Stablecoins are quickly becoming one of the most used digital assets around the globe, thanks to their peg to traditional currencies. This exponential growth is leading regulators to develop frameworks for their regulation. Hong Kong took a big step forward with the passage of its Stablecoins Bill on May 21, 2025. This new Street Act ordinance would go into effect on August 1, 2025. This move signals a historic departure from the usual “pound-foolish” approach to regulation by large economies. The U.S., UK, and EU are all moving in the direction of single fiat-backed stablecoins.

Hong Kong's Stablecoin Ordinance

Hong Kong’s regulatory regime is narrowly focused on fiat-backed stablecoins pegged to the Hong Kong dollar (HKD). The legislation has been amended to cover HKD-linked stablecoins issued from overseas. This new law is indicative of a comprehensive and forward-looking regulatory philosophy.

Issuers of fiat-backed stablecoins are required to obtain authorization and are subject to continuous regulatory oversight. These issuers are mandated to maintain full 1:1 reserve backing with liquid assets, ensuring that each stablecoin is fully backed by a corresponding unit of the referenced fiat currency.

Such sufficiency is most vital for the Hong Kong regime’s stated focus of keeping assets backing stablecoins safe. They take great pains to protect these assets from takeover, chaos and corruption. Guaranteeing stablecoin holders the right to redeem their holdings at par value gives users confidence and stability. Additionally, the approval of interest for stablecoin holders is expressly prohibited under the Hong Kong framework.

Global Regulatory Landscape

Despite the recent comprehensiveness of Hong Kong’s approach, other major economies have been undertaking efforts to create their own regulatory frameworks for stablecoins. The UK’s proposed regime, by comparison, only applies to fiat-backed stablecoin issuers incorporated in the UK. As implementation of the GENIUS Bill progresses, the US is watching closely. This draft legislation creates a two-tier authorization system for fiat-backed stablecoin issuers that would provide federal and state oversight.

The US GENIUS Bill is notable for its innovative regulatory framework. It allows for authorization at the federal and state levels, rendering it the most pluralistic of all options. While imperfect, this approach recognizes the reality of the regulatory landscape for cannabinoid products in the US. States have long played an outsized role in financial regulation.
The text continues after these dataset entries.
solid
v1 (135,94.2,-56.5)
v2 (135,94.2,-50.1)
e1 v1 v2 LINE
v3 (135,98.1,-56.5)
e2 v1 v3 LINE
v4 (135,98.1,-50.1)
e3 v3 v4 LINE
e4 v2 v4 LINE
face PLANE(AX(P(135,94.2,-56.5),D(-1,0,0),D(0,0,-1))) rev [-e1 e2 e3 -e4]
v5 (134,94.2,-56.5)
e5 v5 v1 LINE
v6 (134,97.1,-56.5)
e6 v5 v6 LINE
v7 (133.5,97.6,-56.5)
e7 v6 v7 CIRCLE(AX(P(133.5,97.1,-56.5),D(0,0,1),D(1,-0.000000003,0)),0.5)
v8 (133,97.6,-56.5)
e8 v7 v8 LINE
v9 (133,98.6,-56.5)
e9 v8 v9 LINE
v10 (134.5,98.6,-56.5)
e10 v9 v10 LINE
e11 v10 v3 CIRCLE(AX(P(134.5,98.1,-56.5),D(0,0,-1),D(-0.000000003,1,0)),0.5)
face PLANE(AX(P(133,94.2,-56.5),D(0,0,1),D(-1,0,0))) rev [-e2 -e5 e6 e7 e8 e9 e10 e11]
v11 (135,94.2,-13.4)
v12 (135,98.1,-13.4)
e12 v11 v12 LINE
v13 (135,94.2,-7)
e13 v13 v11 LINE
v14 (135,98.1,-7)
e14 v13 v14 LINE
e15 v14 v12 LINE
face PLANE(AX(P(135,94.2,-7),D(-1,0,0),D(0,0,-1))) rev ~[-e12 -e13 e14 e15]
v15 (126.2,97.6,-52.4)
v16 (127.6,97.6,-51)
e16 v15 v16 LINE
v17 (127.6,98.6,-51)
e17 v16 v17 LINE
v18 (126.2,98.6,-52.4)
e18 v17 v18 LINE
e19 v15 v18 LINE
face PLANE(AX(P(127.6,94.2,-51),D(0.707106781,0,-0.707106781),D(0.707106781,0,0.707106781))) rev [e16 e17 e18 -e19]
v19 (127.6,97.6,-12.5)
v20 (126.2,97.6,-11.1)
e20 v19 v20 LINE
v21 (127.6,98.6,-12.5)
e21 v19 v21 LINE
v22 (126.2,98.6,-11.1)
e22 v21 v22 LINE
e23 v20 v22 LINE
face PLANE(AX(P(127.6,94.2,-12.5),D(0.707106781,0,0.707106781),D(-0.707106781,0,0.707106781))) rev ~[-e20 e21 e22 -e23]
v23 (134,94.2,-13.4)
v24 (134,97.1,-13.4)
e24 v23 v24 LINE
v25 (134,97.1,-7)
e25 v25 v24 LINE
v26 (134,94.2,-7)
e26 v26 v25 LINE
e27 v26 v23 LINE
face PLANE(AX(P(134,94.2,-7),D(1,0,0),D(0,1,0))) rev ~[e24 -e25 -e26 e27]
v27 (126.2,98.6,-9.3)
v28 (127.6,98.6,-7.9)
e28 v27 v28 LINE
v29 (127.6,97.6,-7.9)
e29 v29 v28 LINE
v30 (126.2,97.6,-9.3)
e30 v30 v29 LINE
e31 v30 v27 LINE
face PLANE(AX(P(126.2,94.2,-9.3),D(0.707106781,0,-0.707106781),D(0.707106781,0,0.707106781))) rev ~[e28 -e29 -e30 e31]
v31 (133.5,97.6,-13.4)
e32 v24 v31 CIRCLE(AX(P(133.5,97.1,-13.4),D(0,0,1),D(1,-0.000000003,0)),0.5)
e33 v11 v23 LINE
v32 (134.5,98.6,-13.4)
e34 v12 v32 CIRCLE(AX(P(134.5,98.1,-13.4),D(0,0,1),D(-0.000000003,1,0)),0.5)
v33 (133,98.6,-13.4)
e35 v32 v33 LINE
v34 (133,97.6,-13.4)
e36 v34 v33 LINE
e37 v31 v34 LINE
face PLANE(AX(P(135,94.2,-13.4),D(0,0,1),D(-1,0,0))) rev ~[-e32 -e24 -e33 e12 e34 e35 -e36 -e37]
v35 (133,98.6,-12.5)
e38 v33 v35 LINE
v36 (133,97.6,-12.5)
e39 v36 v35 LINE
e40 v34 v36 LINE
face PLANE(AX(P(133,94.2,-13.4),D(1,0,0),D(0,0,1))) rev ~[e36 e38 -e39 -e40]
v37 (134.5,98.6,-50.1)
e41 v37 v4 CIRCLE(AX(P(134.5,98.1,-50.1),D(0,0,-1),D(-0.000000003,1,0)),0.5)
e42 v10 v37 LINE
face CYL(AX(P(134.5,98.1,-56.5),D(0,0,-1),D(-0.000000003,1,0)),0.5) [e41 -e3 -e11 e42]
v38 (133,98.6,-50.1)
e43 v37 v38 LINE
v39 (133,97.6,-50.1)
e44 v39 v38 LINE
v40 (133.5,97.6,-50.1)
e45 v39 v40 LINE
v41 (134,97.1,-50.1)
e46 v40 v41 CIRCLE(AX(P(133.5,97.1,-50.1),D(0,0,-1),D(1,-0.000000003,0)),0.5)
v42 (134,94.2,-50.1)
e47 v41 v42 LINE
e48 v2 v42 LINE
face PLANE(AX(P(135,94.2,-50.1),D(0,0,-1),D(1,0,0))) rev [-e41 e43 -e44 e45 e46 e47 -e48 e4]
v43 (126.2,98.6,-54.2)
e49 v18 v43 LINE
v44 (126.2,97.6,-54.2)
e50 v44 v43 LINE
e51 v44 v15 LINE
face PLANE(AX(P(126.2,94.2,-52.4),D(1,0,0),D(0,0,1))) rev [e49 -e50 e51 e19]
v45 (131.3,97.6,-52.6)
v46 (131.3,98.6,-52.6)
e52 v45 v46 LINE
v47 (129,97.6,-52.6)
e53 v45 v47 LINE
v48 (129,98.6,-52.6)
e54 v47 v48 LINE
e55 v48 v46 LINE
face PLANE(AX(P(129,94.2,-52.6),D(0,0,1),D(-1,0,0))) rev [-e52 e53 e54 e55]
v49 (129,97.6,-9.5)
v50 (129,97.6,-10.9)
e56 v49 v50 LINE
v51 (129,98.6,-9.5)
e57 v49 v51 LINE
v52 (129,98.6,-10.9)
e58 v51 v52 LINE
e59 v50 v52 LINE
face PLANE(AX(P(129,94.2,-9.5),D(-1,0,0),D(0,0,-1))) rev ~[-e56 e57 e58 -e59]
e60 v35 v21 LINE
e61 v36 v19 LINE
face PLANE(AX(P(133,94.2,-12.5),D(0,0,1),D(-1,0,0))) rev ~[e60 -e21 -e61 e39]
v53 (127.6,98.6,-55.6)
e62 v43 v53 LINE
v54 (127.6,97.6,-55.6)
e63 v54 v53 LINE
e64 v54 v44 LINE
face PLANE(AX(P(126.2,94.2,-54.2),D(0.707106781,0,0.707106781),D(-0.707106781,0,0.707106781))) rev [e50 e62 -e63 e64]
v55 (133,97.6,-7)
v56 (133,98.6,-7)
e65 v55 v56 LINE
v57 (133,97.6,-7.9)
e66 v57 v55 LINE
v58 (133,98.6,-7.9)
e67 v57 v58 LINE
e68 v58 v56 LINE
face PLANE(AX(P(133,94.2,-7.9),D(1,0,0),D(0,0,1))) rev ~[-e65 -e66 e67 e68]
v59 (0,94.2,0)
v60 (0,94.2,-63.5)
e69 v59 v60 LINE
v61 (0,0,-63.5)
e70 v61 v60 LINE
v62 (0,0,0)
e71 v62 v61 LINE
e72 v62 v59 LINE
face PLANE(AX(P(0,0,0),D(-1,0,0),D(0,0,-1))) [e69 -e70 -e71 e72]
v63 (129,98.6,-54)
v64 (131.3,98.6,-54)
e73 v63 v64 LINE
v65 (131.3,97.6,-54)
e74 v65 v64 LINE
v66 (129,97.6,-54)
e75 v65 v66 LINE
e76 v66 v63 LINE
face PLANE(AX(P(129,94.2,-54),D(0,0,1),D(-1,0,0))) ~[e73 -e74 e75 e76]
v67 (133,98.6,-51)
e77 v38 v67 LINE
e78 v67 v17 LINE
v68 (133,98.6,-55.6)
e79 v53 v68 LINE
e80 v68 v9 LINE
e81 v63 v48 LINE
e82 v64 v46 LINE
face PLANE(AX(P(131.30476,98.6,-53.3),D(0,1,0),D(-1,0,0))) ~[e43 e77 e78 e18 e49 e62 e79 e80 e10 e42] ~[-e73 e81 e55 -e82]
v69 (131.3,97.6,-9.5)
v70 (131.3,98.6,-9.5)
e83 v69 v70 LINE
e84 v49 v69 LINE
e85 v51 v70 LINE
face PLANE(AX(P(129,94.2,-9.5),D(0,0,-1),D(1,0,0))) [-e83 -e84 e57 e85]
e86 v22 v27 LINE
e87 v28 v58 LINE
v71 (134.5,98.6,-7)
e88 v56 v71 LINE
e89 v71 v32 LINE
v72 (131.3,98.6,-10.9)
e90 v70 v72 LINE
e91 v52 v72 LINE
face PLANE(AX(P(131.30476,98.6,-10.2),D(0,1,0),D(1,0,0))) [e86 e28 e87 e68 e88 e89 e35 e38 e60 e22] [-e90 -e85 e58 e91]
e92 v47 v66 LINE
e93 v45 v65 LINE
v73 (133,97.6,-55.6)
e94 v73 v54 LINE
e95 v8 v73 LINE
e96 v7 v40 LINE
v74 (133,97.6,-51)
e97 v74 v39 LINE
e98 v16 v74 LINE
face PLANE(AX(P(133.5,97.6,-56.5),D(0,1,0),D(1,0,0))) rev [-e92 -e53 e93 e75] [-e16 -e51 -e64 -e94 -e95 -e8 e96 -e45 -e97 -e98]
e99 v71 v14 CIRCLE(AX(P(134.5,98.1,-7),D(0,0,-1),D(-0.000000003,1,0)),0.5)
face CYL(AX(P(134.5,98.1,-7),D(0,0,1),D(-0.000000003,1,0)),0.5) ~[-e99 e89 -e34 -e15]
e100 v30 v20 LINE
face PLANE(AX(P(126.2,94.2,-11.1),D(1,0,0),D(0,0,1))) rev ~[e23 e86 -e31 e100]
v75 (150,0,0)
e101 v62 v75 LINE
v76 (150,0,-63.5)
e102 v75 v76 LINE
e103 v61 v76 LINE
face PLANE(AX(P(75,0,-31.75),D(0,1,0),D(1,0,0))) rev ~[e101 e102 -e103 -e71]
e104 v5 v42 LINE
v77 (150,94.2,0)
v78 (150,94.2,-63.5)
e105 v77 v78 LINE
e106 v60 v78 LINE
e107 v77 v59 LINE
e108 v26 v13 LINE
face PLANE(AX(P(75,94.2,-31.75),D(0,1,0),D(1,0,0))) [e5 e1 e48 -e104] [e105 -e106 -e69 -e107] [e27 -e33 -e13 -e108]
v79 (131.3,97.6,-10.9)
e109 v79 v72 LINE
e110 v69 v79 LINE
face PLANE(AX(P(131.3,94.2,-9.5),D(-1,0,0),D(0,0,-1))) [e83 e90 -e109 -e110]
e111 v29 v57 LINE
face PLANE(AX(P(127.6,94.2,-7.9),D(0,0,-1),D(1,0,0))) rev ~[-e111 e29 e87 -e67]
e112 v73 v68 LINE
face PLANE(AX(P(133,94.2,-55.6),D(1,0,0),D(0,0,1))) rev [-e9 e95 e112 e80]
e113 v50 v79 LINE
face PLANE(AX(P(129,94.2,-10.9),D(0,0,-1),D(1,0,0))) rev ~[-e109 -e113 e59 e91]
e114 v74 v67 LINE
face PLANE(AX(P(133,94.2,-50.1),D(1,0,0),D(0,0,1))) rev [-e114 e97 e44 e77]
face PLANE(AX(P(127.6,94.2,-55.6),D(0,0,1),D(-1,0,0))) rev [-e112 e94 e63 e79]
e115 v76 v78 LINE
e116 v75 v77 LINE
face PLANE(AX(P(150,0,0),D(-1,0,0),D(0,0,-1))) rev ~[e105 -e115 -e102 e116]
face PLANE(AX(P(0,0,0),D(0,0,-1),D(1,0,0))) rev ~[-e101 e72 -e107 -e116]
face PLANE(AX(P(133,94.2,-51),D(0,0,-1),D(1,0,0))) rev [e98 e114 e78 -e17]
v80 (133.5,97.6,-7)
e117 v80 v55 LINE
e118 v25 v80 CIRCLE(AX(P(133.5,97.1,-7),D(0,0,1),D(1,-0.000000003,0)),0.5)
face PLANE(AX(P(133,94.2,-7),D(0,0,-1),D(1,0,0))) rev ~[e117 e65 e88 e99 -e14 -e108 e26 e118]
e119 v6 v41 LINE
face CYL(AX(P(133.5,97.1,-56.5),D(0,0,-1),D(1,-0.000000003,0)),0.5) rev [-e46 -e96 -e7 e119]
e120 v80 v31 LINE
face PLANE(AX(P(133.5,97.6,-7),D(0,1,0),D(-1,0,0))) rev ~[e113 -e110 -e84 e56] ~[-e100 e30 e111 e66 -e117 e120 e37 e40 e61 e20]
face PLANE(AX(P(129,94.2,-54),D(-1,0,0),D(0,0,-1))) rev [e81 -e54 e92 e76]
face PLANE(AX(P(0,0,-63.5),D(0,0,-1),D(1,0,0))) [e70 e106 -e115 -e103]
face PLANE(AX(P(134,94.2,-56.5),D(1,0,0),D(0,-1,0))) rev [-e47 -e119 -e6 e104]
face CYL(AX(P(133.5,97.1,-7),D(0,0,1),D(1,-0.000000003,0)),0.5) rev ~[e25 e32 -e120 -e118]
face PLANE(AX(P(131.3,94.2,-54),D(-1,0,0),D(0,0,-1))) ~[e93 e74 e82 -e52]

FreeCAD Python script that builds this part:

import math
import FreeCAD as App
import Part
import Sketcher
from FreeCAD import Vector
Q = App.Units.Quantity

doc = App.newDocument("Part")
body = doc.addObject("PartDesign::Body", "Body")

sketch1 = body.newObject("Sketcher::SketchObject", "Sketch")
sketch1.AttachmentSupport = (doc.getObject("XZ_Plane"), [""])
sketch1.MapMode = "FlatFace"
sketch1.addGeometry([
    Part.LineSegment(Vector(0, -64, 0), Vector(0, 0, 0)),
    Part.LineSegment(Vector(0, 0, 0), Vector(150, 0, 0)),
    Part.LineSegment(Vector(150, 0, 0), Vector(150, -64, 0)),
    Part.LineSegment(Vector(150, -64, 0), Vector(0, -64, 0)),
], False)
sketch1.addConstraint([
    Sketcher.Constraint("Coincident", 0, 2, 1, 1),
    Sketcher.Constraint("Coincident", 1, 2, 2, 1),
    Sketcher.Constraint("Coincident", 2, 2, 3, 1),
    Sketcher.Constraint("Coincident", 3, 2, 0, 1),
    Sketcher.Constraint("Vertical", 0),
    Sketcher.Constraint("Horizontal", 1),
    Sketcher.Constraint("Vertical", 2),
    Sketcher.Constraint("Horizontal", 3),
    Sketcher.Constraint("Coincident", 0, 2, -1, 1),
    Sketcher.Constraint("DistanceX", 1, 1, 1, 2, Q("150 mm")),
    Sketcher.Constraint("DistanceY", 0, 1, 0, 2, Q("63.5 mm")),
])
pad1 = body.newObject("PartDesign::Pad", "Pad")
pad1.Profile = sketch1
pad1.Length = 94.2
pad1.Reversed = True

sketch2 = body.newObject("Sketcher::SketchObject", "Sketch001")
sketch2.AttachmentSupport = (doc.getObject("XZ_Plane"), [""])
sketch2.MapMode = "FlatFace"
sketch2.AttachmentOffset = App.Placement(Vector(0, 0, -94.2), App.Rotation())
sketch2.addGeometry([
    Part.LineSegment(Vector(135, -7, 0), Vector(135, -13.4, 0)),
    Part.LineSegment(Vector(135, -13.4, 0), Vector(133, -13.4, 0)),
    Part.LineSegment(Vector(133, -13.4, 0), Vector(133, -12.5, 0)),
    Part.LineSegment(Vector(133, -12.5, 0), Vector(127.6, -12.5, 0)),
    Part.LineSegment(Vector(127.6, -12.5, 0), Vector(126.2, -11.1, 0)),
    Part.LineSegment(Vector(126.2, -11.1, 0), Vector(126.2, -9.3, 0)),
    Part.LineSegment(Vector(126.2, -9.3, 0), Vector(127.6, -7.9, 0)),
The US, UK, EU, and Hong Kong are working towards agreement on foundational principles for single fiat-backed stablecoins. Despite their unique approaches, they are working to align their regulations. These shared principles include the need for authorization and supervision of issuers, the maintenance of 1:1 reserve backing, and the safeguarding of backing assets.

Comparing Regulatory Approaches

A detailed comparison of fiat-backed stablecoin regulation in the UK, EU, US, and Hong Kong reveals both commonalities and differences. All four jurisdictions are in agreement on the need for stablecoin regulation to prevent systemic risks and consumer harms. The differences in approaches run very deep. Their scope, regulatory structure, and depth of regulatory authority are all quite different.

For example, the EU's Markets in Crypto-Assets (MiCA) regulation provides a comprehensive framework for crypto-assets, including stablecoins, while the UK's proposed regime is more narrowly focused on fiat-backed stablecoins. In the same spirit, the US GENIUS Bill would create a two-level authorization system, while Hong Kong’s ordinance sets up a centralized regulatory regime.

While these differences are notable, on the whole, the trend is clearly in the direction of increased regulatory clarity and harmonization across the stablecoin space. Stablecoins are some of the fastest-growing forms of adoption. In turn, regulators around the world are establishing frameworks that promote innovation—not inhibit it—while protecting our financial systems and consumers.